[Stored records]
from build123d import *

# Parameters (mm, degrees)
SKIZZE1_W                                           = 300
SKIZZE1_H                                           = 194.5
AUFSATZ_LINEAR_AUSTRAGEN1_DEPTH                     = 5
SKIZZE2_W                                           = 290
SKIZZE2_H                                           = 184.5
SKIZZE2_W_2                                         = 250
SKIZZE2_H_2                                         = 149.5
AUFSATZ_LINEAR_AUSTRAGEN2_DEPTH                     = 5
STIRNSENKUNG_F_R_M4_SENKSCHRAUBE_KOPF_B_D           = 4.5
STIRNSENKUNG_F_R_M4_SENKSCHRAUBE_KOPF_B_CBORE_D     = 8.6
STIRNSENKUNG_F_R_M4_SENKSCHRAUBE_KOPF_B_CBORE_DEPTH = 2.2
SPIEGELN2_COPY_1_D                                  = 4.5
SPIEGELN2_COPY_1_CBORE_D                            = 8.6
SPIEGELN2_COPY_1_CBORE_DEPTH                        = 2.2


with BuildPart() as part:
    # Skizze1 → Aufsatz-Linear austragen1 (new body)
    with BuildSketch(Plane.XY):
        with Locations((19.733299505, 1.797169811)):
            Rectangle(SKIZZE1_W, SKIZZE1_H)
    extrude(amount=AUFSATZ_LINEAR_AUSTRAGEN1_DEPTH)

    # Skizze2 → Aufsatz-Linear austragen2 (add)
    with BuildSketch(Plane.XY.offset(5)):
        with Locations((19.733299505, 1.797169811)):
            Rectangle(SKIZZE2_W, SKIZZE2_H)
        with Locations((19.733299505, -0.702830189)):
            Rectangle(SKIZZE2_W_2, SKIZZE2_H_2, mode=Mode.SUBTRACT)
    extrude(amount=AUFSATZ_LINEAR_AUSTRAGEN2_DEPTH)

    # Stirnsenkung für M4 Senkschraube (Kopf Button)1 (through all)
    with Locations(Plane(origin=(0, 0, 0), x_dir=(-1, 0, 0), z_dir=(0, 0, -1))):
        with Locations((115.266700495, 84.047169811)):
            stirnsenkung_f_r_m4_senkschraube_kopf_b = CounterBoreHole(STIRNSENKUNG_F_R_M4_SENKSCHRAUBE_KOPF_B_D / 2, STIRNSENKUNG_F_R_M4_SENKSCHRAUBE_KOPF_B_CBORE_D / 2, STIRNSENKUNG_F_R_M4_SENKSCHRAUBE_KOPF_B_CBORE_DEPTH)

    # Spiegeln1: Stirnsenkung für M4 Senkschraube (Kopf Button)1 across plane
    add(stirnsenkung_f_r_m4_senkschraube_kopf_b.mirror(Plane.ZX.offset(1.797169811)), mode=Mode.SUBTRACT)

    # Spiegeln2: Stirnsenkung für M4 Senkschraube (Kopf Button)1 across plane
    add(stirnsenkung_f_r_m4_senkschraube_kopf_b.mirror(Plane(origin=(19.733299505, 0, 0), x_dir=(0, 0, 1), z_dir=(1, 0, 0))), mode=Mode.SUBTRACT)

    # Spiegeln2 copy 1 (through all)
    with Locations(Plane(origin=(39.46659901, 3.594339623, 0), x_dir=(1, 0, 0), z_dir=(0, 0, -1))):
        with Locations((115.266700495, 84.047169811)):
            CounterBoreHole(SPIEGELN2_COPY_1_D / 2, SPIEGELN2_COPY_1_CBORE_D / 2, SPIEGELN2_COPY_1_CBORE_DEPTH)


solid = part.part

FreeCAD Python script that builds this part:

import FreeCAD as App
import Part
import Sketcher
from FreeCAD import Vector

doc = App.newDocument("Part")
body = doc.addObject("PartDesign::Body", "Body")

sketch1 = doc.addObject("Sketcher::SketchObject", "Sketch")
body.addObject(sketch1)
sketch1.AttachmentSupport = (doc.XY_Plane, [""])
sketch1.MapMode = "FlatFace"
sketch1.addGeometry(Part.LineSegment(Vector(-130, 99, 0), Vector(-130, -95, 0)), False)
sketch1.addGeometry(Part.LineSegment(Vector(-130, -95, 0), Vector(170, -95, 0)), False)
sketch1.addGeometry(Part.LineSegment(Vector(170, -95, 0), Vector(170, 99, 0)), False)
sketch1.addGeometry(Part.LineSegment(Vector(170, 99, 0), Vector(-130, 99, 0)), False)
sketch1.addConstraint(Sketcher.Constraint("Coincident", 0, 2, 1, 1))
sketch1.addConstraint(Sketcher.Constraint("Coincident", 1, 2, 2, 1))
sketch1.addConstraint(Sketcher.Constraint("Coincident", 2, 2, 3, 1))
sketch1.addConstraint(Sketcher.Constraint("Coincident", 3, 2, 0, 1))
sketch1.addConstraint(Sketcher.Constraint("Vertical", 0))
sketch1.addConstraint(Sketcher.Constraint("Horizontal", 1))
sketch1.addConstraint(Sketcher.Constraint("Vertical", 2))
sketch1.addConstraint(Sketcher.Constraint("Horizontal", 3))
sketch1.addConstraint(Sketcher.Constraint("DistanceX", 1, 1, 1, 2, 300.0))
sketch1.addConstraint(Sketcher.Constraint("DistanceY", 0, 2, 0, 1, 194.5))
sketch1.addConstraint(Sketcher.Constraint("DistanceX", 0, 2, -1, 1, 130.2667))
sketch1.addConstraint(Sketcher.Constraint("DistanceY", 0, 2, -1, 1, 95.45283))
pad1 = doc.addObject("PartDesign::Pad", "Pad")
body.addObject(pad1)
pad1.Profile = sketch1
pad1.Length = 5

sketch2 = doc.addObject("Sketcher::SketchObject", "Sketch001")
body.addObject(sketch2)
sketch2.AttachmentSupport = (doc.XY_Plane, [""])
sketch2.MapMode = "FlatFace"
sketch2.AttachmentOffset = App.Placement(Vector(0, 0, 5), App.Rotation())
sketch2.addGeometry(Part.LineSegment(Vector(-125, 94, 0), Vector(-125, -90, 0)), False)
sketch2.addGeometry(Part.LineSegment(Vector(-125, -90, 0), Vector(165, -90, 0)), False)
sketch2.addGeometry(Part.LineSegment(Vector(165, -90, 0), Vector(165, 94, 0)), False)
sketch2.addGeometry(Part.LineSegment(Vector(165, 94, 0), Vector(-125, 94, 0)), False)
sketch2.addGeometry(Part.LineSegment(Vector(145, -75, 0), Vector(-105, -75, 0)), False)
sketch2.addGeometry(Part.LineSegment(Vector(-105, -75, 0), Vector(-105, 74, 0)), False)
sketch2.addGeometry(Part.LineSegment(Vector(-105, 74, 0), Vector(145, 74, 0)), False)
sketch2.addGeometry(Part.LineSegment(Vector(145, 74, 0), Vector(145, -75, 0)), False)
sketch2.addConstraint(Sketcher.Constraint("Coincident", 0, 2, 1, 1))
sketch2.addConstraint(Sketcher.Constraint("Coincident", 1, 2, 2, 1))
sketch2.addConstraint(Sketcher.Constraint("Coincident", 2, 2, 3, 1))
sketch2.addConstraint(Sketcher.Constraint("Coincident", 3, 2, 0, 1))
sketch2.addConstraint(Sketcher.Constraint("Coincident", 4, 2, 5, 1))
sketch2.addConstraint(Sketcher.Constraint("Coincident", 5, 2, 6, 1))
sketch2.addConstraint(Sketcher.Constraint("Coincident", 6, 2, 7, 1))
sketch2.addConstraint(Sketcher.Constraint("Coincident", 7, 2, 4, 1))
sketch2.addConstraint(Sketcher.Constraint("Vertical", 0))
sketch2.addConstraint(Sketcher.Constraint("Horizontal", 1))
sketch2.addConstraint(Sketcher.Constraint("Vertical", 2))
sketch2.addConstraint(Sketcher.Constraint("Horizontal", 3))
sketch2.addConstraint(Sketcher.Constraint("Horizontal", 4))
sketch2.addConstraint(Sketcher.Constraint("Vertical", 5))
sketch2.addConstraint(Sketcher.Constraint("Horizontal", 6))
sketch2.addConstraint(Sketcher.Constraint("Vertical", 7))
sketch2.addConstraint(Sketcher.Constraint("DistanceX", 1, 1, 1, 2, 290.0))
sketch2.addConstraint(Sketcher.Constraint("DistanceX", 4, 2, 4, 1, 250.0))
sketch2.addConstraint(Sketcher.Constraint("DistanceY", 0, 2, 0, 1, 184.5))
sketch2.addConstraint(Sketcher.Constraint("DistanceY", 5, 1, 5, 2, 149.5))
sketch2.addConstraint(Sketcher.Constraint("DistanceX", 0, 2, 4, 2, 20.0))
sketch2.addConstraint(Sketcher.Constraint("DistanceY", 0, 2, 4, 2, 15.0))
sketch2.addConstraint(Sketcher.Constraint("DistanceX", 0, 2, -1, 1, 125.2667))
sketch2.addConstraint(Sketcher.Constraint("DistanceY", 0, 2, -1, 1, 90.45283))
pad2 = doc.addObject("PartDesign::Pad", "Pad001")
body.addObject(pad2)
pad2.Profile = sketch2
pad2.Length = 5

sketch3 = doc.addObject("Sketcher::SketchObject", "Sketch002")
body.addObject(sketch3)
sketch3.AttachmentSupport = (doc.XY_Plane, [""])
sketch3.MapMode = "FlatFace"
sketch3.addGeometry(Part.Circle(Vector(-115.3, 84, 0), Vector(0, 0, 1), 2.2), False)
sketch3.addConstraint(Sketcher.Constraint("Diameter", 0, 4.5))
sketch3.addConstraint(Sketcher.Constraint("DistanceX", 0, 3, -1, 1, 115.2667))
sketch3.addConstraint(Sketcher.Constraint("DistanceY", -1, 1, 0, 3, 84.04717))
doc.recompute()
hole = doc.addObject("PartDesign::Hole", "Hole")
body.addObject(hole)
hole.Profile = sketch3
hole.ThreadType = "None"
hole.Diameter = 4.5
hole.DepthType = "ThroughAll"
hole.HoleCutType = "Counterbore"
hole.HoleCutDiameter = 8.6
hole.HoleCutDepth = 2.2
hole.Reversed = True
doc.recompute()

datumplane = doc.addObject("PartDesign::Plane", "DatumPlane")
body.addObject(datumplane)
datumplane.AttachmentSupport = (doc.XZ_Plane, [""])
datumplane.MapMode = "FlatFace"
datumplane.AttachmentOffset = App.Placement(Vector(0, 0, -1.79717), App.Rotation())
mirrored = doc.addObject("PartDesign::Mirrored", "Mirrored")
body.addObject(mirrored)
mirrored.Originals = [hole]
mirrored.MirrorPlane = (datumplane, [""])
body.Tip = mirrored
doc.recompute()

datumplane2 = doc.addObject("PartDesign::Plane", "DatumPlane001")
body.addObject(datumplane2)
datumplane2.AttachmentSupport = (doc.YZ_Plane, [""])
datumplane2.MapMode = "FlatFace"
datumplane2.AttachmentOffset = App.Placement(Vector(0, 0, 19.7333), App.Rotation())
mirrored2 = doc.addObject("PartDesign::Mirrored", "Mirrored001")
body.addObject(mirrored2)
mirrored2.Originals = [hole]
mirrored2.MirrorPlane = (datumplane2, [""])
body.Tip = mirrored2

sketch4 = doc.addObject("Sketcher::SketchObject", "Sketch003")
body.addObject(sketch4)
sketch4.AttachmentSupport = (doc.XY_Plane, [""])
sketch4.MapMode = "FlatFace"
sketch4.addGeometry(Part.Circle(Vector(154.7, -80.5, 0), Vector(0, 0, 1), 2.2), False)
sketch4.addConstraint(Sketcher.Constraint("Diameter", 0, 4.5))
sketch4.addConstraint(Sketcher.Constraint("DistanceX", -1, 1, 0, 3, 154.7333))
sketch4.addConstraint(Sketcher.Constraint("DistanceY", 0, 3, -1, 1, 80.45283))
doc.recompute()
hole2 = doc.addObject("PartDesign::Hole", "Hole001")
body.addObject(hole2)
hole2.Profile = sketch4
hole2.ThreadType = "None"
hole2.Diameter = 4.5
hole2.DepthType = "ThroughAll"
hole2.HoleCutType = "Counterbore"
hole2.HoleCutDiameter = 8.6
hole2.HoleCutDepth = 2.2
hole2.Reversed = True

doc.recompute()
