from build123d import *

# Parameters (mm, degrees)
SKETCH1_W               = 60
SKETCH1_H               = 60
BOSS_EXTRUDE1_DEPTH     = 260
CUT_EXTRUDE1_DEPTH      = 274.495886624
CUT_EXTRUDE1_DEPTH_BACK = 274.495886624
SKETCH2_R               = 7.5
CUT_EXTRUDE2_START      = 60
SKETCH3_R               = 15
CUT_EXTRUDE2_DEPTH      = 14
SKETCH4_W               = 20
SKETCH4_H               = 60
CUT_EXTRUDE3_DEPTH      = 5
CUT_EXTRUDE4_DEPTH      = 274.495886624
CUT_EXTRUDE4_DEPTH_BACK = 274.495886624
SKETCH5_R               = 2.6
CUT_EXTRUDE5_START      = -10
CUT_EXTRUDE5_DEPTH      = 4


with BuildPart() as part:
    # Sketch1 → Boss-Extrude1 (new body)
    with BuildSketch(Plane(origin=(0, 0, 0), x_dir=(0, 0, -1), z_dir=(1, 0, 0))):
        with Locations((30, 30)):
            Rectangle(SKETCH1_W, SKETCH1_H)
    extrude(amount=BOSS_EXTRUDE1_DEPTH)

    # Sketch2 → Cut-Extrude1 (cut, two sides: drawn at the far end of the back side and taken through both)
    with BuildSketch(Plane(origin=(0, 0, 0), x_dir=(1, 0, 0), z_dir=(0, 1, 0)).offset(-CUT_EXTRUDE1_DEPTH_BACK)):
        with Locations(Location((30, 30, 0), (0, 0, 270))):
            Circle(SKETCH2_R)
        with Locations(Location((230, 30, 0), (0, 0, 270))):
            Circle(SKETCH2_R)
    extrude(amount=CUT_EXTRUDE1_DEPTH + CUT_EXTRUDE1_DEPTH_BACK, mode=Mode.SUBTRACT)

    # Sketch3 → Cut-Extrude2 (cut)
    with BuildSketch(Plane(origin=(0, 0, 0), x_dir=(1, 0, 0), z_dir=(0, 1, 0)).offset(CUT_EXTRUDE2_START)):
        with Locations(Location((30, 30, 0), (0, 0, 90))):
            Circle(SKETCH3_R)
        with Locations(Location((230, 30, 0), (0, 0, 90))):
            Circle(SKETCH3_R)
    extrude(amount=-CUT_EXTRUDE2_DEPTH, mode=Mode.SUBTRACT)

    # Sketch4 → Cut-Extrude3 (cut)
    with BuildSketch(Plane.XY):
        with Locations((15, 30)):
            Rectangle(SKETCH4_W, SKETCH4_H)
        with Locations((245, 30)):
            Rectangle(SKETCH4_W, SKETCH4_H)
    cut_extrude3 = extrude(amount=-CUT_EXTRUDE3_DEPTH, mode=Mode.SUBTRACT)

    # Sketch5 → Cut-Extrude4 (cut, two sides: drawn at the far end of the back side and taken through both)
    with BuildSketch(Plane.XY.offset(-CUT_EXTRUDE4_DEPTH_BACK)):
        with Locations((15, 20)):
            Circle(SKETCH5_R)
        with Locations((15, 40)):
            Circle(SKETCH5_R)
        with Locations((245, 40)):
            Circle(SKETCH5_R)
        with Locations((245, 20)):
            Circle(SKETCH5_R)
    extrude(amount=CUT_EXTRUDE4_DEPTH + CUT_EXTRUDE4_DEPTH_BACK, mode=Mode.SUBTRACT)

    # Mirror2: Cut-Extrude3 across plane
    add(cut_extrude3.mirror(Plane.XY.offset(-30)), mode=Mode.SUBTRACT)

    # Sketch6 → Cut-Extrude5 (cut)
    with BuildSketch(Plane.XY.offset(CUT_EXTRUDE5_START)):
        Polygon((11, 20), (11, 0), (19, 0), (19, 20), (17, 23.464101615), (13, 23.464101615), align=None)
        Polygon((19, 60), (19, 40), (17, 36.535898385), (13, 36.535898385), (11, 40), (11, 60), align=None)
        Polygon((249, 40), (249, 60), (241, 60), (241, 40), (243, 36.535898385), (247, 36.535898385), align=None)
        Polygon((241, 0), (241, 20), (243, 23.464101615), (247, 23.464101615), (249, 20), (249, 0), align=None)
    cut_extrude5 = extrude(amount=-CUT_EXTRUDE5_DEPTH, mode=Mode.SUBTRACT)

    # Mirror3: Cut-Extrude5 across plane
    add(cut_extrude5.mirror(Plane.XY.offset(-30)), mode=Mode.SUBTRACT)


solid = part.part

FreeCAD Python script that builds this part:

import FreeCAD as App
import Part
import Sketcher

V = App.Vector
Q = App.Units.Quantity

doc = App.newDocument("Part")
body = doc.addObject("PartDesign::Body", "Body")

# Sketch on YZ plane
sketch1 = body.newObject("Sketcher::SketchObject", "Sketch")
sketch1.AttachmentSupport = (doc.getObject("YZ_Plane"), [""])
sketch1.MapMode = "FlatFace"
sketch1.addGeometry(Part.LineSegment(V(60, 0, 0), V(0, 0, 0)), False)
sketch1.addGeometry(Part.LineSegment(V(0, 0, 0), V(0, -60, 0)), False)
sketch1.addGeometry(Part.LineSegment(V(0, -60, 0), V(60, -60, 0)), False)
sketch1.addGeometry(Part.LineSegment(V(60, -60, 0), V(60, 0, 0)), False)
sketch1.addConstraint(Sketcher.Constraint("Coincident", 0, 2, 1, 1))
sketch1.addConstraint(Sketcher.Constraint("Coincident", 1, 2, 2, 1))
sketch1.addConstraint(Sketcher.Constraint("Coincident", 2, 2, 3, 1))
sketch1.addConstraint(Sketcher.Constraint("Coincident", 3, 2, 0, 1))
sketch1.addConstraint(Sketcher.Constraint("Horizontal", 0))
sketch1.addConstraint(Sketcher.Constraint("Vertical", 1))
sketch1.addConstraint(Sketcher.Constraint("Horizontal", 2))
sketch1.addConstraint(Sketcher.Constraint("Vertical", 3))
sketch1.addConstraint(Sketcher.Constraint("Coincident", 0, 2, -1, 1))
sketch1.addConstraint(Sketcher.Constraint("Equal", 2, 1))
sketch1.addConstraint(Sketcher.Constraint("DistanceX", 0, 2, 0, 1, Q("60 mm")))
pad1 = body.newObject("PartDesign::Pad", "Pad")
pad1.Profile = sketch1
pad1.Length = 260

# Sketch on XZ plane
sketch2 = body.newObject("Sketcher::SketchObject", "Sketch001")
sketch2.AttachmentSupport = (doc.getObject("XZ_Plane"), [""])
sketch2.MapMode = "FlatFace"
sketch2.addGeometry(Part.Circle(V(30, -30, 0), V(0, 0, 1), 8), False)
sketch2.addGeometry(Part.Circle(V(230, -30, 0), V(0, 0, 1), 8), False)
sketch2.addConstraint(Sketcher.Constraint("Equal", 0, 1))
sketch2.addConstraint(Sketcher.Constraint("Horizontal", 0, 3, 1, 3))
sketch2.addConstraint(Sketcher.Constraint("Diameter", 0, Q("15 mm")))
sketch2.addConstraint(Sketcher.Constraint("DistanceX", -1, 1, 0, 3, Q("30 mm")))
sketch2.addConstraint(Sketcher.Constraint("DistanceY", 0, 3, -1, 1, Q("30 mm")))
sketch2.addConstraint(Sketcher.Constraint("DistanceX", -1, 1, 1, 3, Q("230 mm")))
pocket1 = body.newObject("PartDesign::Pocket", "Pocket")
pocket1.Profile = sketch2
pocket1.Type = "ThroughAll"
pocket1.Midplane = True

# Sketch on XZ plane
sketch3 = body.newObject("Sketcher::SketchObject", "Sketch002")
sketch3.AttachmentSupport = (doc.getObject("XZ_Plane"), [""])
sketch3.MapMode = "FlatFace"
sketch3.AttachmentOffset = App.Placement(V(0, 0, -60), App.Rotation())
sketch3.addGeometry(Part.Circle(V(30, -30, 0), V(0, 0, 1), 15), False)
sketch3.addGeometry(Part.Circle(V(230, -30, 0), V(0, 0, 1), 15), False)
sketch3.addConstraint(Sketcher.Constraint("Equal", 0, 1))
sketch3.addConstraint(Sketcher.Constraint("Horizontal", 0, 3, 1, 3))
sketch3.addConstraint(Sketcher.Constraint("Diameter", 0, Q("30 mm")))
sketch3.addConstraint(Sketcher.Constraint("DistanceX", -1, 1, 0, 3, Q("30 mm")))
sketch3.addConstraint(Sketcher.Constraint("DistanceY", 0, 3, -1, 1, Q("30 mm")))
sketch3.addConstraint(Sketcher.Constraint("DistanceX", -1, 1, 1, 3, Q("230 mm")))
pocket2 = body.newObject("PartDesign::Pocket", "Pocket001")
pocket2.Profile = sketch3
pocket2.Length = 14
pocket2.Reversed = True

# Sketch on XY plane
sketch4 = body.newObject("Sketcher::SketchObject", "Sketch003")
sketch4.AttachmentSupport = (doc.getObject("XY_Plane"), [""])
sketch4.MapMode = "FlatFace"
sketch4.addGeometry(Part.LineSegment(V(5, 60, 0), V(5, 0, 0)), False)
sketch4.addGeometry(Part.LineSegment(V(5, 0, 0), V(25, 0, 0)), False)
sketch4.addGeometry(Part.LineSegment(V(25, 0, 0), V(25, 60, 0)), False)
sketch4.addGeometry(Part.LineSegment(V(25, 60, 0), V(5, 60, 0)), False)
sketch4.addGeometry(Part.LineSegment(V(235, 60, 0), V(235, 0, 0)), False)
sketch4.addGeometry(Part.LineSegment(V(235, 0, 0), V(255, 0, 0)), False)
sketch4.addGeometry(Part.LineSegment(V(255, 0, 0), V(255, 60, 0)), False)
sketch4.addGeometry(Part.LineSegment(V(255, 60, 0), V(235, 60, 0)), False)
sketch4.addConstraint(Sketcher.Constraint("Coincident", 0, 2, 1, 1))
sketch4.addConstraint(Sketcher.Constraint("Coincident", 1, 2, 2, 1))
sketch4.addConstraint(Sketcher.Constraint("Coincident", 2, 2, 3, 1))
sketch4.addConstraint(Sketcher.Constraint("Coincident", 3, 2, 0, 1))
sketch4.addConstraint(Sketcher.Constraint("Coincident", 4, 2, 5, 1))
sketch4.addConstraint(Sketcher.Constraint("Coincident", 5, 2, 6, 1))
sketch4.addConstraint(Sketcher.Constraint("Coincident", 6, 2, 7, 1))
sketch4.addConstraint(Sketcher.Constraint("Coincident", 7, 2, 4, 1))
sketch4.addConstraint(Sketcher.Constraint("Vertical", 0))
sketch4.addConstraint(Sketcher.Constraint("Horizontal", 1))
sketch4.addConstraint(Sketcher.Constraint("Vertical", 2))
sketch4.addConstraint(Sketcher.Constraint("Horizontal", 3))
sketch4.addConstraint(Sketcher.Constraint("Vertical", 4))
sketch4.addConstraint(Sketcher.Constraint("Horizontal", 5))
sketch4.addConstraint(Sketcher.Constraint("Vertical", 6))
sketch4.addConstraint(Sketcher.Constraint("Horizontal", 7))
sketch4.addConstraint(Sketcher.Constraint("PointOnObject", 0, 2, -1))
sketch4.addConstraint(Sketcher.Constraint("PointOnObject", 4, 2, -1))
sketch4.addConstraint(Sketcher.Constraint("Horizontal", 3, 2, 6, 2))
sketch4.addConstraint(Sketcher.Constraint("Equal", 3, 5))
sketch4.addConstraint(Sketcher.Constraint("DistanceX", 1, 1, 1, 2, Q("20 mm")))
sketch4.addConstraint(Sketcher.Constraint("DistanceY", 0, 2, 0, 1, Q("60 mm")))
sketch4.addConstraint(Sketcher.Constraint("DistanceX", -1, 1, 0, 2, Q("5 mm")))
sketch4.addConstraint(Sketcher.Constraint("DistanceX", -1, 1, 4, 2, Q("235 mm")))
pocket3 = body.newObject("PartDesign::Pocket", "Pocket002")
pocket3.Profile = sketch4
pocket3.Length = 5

▶ Exercise aim
Check each line above for the string "across" and copy those that have it.

▶ Response
    # Spiegeln1: Stirnsenkung für M4 Senkschraube (Kopf Button)1 across plane
    # Spiegeln2: Stirnsenkung für M4 Senkschraube (Kopf Button)1 across plane
    # Mirror2: Cut-Extrude3 across plane
    # Mirror3: Cut-Extrude5 across plane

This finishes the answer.